Sebastian Moss and Dan Oravasaari of PlayStation Lifestyle both bemoaned the reveal of Polygon Man as the antagonist of PlayStation All-Stars Battle Royale, with Moss in particular noting that the choice was baffling due to not only the North American exclusivity of the campaign, but also concerns that the reference would go over the heads of much of the game's target demographic. More importantly Moss emphasized that Sony themselves had rejected the character, adding "Polygon Man didn't represent [PlayStation graphics], and he shouldn't represent [PlayStation All-Stars Battle Royale]." Oravasaari, on the other hand, felt that while those concerns were minor, the character reminded him too much of the character Master Hand from Nintendo's Smash Bros., a franchise he felt the game was trying to distance itself from. He further added that while Sony did not have a particular main flagship title, other characters from PlayStation-related titles would have made better choices and still fit the game's identity.

Not all the reception was negative, with Game Players magazine stating that the campaign had "dominated" E3, and the staff saddened to see it stopped.

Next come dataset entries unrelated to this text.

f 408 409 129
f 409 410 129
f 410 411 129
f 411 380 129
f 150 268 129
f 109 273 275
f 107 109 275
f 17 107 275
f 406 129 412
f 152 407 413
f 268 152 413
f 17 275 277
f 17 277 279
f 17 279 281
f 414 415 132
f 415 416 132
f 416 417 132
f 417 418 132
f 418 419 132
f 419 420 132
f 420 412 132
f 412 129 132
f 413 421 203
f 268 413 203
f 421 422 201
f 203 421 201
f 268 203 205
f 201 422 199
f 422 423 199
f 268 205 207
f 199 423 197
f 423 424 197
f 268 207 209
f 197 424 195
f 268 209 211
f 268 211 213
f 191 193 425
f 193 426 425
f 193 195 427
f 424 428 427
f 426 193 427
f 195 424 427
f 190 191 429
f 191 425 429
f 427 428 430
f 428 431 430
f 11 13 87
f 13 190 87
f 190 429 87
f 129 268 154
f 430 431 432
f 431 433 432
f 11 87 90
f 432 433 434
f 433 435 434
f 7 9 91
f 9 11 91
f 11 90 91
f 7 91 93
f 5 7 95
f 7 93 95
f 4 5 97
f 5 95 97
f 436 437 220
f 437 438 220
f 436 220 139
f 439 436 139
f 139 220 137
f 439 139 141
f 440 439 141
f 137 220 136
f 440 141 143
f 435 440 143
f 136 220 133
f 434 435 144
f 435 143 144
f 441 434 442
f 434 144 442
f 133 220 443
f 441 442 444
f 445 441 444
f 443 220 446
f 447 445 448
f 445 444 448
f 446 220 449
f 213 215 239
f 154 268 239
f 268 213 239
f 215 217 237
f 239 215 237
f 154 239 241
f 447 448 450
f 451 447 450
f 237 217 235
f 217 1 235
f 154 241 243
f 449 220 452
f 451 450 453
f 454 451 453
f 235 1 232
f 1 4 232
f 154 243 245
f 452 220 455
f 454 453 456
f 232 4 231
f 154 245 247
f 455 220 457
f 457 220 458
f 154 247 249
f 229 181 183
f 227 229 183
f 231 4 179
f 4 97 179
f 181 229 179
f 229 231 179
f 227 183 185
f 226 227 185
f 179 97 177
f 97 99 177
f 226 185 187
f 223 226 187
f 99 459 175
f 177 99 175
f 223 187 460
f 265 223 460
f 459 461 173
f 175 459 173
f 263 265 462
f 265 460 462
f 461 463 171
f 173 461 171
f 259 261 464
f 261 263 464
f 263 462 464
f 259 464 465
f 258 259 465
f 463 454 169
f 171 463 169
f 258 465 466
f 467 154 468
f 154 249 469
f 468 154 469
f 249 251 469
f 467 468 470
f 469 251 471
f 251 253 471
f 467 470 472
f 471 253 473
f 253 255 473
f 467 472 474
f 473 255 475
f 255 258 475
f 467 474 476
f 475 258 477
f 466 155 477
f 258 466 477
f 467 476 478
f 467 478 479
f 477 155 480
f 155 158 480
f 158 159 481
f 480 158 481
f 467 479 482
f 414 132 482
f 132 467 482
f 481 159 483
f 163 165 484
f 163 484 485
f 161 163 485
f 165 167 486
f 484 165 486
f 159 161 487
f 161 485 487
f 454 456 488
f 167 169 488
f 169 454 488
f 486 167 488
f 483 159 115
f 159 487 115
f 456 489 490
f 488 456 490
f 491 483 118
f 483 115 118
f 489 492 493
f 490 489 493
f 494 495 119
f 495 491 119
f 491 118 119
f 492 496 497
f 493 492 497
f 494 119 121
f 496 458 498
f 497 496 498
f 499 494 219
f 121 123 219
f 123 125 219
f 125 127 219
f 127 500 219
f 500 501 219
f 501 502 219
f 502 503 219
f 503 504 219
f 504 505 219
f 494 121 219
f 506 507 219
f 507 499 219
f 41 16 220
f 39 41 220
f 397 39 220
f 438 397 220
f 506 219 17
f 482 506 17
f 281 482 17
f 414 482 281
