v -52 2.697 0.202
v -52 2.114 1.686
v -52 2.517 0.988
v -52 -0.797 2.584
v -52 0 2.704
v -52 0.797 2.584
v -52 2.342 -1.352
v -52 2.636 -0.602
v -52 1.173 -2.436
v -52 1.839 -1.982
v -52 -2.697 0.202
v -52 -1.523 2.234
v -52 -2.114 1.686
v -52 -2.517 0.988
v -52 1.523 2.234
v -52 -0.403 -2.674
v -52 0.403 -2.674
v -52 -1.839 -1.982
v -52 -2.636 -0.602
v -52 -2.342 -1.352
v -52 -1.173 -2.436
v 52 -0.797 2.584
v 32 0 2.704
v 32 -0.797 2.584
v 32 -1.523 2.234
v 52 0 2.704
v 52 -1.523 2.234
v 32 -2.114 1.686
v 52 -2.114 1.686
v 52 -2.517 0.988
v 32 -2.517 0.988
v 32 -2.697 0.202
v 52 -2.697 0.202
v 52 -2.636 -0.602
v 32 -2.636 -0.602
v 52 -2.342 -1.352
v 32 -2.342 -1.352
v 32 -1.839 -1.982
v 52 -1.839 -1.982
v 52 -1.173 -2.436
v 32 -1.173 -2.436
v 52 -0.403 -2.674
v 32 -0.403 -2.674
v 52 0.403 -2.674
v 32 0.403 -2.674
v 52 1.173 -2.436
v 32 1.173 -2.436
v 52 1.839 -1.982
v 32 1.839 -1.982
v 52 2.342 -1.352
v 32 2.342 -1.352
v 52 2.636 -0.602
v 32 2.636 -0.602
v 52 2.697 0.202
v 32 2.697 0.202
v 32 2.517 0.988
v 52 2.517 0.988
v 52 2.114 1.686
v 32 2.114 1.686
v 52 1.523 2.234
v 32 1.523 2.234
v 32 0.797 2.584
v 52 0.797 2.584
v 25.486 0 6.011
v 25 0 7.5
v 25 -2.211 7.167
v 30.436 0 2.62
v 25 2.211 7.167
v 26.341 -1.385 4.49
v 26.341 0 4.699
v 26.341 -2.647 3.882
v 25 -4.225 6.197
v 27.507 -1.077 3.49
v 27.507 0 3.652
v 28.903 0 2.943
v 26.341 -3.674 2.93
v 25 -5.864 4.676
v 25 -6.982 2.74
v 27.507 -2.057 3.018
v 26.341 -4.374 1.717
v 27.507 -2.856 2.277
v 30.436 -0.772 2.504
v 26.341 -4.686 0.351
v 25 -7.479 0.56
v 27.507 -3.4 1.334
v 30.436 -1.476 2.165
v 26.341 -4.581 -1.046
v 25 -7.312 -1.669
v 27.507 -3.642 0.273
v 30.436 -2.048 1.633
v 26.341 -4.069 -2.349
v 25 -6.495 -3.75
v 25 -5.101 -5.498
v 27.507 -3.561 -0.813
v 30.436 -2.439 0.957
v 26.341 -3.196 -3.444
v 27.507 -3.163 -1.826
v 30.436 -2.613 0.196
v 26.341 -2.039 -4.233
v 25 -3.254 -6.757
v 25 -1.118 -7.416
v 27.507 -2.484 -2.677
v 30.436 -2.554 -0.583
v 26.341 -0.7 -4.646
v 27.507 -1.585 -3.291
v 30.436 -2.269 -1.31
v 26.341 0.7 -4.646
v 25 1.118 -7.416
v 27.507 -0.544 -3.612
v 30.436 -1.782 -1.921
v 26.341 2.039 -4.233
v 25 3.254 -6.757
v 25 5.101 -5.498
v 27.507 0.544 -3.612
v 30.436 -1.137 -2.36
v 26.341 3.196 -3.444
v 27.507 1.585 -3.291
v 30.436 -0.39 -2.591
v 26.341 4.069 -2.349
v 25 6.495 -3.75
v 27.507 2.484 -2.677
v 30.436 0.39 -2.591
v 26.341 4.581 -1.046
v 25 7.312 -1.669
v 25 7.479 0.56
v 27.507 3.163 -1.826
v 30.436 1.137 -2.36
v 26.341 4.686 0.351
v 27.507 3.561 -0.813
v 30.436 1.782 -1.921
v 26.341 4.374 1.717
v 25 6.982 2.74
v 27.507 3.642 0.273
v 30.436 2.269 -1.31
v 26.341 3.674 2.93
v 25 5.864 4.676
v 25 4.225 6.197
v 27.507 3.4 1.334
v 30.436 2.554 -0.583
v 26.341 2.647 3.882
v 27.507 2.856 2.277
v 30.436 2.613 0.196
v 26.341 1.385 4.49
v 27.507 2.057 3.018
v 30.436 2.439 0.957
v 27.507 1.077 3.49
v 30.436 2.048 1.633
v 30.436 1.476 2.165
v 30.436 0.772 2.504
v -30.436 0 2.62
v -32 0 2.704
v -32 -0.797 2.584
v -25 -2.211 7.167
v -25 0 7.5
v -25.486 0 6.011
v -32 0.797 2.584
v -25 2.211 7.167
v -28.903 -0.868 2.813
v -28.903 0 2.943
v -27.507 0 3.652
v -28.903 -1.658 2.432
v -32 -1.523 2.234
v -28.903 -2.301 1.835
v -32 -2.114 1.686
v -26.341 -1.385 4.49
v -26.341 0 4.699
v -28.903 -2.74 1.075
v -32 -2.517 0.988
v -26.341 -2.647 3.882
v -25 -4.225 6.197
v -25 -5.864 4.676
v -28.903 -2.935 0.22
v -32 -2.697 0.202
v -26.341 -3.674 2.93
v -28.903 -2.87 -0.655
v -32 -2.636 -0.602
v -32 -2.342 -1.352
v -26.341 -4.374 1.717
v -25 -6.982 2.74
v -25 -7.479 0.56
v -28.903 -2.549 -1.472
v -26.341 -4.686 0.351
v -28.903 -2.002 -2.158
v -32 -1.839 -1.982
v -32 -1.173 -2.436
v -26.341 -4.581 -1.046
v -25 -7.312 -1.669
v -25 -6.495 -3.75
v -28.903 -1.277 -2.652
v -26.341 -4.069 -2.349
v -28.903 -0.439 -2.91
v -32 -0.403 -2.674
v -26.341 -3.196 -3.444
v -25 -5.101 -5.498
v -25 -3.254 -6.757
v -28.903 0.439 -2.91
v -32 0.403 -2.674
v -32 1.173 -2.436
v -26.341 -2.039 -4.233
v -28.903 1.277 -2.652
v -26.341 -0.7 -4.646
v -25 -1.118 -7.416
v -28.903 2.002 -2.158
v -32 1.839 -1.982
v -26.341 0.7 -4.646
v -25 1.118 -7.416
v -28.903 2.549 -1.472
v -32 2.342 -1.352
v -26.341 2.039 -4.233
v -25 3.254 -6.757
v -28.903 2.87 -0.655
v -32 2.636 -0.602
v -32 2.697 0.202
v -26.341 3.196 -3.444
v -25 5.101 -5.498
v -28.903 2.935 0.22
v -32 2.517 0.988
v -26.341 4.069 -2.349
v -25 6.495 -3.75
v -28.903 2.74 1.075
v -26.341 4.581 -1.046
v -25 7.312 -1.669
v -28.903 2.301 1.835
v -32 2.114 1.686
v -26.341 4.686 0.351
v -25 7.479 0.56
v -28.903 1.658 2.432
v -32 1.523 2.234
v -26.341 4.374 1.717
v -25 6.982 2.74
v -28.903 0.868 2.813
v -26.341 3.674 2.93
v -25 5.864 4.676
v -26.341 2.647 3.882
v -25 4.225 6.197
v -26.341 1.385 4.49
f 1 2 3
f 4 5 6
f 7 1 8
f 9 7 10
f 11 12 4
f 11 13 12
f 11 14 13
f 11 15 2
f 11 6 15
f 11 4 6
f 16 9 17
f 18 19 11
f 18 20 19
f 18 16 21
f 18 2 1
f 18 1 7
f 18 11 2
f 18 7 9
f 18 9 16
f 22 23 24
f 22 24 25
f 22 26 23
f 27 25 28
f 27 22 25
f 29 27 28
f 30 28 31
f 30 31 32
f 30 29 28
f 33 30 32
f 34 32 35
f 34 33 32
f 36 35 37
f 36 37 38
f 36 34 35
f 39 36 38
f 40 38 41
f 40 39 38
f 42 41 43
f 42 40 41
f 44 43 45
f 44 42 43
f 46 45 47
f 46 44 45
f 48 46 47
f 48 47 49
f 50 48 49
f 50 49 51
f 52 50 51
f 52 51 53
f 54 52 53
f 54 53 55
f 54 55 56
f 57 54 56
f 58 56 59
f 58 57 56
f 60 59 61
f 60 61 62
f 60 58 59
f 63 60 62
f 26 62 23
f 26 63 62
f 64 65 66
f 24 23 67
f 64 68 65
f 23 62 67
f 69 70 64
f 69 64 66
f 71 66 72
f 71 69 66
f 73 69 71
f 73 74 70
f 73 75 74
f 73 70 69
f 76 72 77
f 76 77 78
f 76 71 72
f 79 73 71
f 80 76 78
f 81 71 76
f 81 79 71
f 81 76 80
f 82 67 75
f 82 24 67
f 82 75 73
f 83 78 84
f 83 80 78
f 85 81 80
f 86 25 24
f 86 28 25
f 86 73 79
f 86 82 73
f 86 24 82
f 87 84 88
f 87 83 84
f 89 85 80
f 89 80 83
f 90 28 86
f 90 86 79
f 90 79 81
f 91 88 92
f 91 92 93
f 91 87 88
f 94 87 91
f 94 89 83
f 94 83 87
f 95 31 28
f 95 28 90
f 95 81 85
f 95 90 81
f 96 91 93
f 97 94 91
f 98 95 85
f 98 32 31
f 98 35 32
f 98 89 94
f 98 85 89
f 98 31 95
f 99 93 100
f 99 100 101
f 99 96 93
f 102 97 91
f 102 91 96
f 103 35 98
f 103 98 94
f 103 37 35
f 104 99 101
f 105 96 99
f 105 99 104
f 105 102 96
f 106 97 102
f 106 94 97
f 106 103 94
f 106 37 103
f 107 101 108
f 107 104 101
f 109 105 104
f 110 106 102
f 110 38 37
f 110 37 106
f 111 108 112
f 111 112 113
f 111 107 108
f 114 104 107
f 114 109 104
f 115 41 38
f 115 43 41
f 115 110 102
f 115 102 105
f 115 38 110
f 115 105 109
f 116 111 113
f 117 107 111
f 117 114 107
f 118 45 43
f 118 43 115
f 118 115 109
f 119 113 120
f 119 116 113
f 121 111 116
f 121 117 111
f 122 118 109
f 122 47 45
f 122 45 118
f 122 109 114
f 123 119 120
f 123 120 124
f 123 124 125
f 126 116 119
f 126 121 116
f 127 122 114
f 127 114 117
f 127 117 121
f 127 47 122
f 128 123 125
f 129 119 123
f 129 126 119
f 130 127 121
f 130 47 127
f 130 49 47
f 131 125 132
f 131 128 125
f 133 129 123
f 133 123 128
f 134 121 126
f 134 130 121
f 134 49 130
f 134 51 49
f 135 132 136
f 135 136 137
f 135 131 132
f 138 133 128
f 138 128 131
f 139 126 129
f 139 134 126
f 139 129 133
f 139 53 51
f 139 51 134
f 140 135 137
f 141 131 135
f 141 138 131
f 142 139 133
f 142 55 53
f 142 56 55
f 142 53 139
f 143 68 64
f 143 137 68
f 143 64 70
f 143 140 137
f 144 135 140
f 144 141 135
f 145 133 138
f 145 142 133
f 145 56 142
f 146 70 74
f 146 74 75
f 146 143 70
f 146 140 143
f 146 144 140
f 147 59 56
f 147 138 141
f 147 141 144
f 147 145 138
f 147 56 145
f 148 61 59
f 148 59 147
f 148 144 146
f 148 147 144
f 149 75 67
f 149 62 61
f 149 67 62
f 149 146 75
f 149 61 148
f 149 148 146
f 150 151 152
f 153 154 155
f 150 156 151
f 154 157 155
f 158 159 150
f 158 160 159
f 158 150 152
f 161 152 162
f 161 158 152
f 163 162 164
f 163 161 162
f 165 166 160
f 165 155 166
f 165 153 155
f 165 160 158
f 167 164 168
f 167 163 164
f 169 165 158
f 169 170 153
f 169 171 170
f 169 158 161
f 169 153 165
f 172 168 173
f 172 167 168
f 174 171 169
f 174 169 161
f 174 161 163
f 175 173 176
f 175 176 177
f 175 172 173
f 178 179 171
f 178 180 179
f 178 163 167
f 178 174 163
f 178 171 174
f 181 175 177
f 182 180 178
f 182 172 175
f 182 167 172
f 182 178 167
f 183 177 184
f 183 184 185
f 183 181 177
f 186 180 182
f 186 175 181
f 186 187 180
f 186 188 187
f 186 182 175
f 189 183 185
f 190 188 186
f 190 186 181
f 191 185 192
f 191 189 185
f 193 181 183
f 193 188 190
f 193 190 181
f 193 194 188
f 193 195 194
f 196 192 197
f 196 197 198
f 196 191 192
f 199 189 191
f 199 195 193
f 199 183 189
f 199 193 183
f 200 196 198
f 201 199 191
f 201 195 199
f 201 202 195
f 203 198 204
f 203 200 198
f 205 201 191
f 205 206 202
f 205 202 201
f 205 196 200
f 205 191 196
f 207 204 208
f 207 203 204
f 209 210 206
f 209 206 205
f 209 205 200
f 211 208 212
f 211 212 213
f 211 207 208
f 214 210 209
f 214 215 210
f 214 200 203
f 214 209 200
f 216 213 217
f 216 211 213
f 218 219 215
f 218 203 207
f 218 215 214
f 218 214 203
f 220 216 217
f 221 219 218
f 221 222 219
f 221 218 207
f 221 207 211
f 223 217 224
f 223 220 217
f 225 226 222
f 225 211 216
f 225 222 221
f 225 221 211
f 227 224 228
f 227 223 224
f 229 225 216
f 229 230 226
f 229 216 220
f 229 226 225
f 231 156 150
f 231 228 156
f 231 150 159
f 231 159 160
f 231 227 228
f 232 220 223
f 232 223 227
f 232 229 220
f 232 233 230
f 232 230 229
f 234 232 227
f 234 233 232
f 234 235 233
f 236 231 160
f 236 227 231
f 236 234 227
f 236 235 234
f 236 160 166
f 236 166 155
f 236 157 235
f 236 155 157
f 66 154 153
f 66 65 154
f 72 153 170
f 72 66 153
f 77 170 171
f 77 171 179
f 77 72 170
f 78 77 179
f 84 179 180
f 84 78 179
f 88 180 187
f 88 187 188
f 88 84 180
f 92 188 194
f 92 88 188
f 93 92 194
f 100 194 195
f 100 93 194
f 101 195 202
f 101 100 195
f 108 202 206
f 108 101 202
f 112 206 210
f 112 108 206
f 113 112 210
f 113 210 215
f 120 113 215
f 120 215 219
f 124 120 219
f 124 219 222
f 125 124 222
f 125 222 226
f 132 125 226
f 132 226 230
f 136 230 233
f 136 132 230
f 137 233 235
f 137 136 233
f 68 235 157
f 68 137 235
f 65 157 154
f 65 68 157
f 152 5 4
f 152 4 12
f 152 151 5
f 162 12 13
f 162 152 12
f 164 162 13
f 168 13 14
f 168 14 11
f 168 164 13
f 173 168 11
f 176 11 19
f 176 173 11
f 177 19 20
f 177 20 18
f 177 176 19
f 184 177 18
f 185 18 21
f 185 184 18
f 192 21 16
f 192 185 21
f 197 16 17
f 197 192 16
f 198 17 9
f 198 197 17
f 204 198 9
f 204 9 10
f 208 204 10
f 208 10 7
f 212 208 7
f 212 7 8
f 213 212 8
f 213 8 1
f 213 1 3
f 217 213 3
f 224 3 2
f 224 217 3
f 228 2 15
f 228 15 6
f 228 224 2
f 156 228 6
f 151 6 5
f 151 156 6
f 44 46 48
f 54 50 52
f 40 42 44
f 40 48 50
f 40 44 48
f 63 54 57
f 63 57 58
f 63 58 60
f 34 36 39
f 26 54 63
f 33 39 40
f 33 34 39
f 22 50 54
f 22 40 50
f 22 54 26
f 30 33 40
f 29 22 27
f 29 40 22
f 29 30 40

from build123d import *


with BuildPart() as part:
    # Esboço1 → Revolução1 (revolve)
    with BuildSketch(Plane(origin=(0, 0, 0), x_dir=(1, 0, 0), z_dir=(0, 1, 0))):
        with BuildLine():
            Line((-25, -7.5), (25, -7.5))
            ThreePointArc((25, -7.5), (27.50675077, -3.65233677), (32, -2.704168477))
            Line((32, -2.704168477), (52, -2.704168477))
            Line((52, -2.704168477), (52, 0))
            Line((52, 0), (-52, 0))
            Line((-52, 0), (-52, -2.704168477))
            Line((-52, -2.704168477), (-32, -2.704168477))
            ThreePointArc((-32, -2.704168477), (-27.50675077, -3.65233677), (-25, -7.5))
        make_face()
    revolve(axis=Axis((-4.5, 0, 0), (1, 0, 0)))


solid = part.part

The book The Golden Age of Video Games cited the ad campaign as a positive example of Sony's willingness to "address the teenage crowd" in a direct and aggressive manner, and the staff of Official U.S. PlayStation Magazine stated that while those who recalled Polygon Man "have few kind words to say about him", in light of the showings from Sony's competitors at E3 1995 they felt the company's advertising "seemed remarkably strong." Eurogamers Simon Parkin praised the character's role as the villain and final boss of PlayStation All-Stars Battle Royale, and Edge called him "a wonderful symbol of the schisms that characterise both Sony's corporate structure and the game that has been designed to celebrate its output" and demonstrated welcome self-deprecating humor on the part of the developers.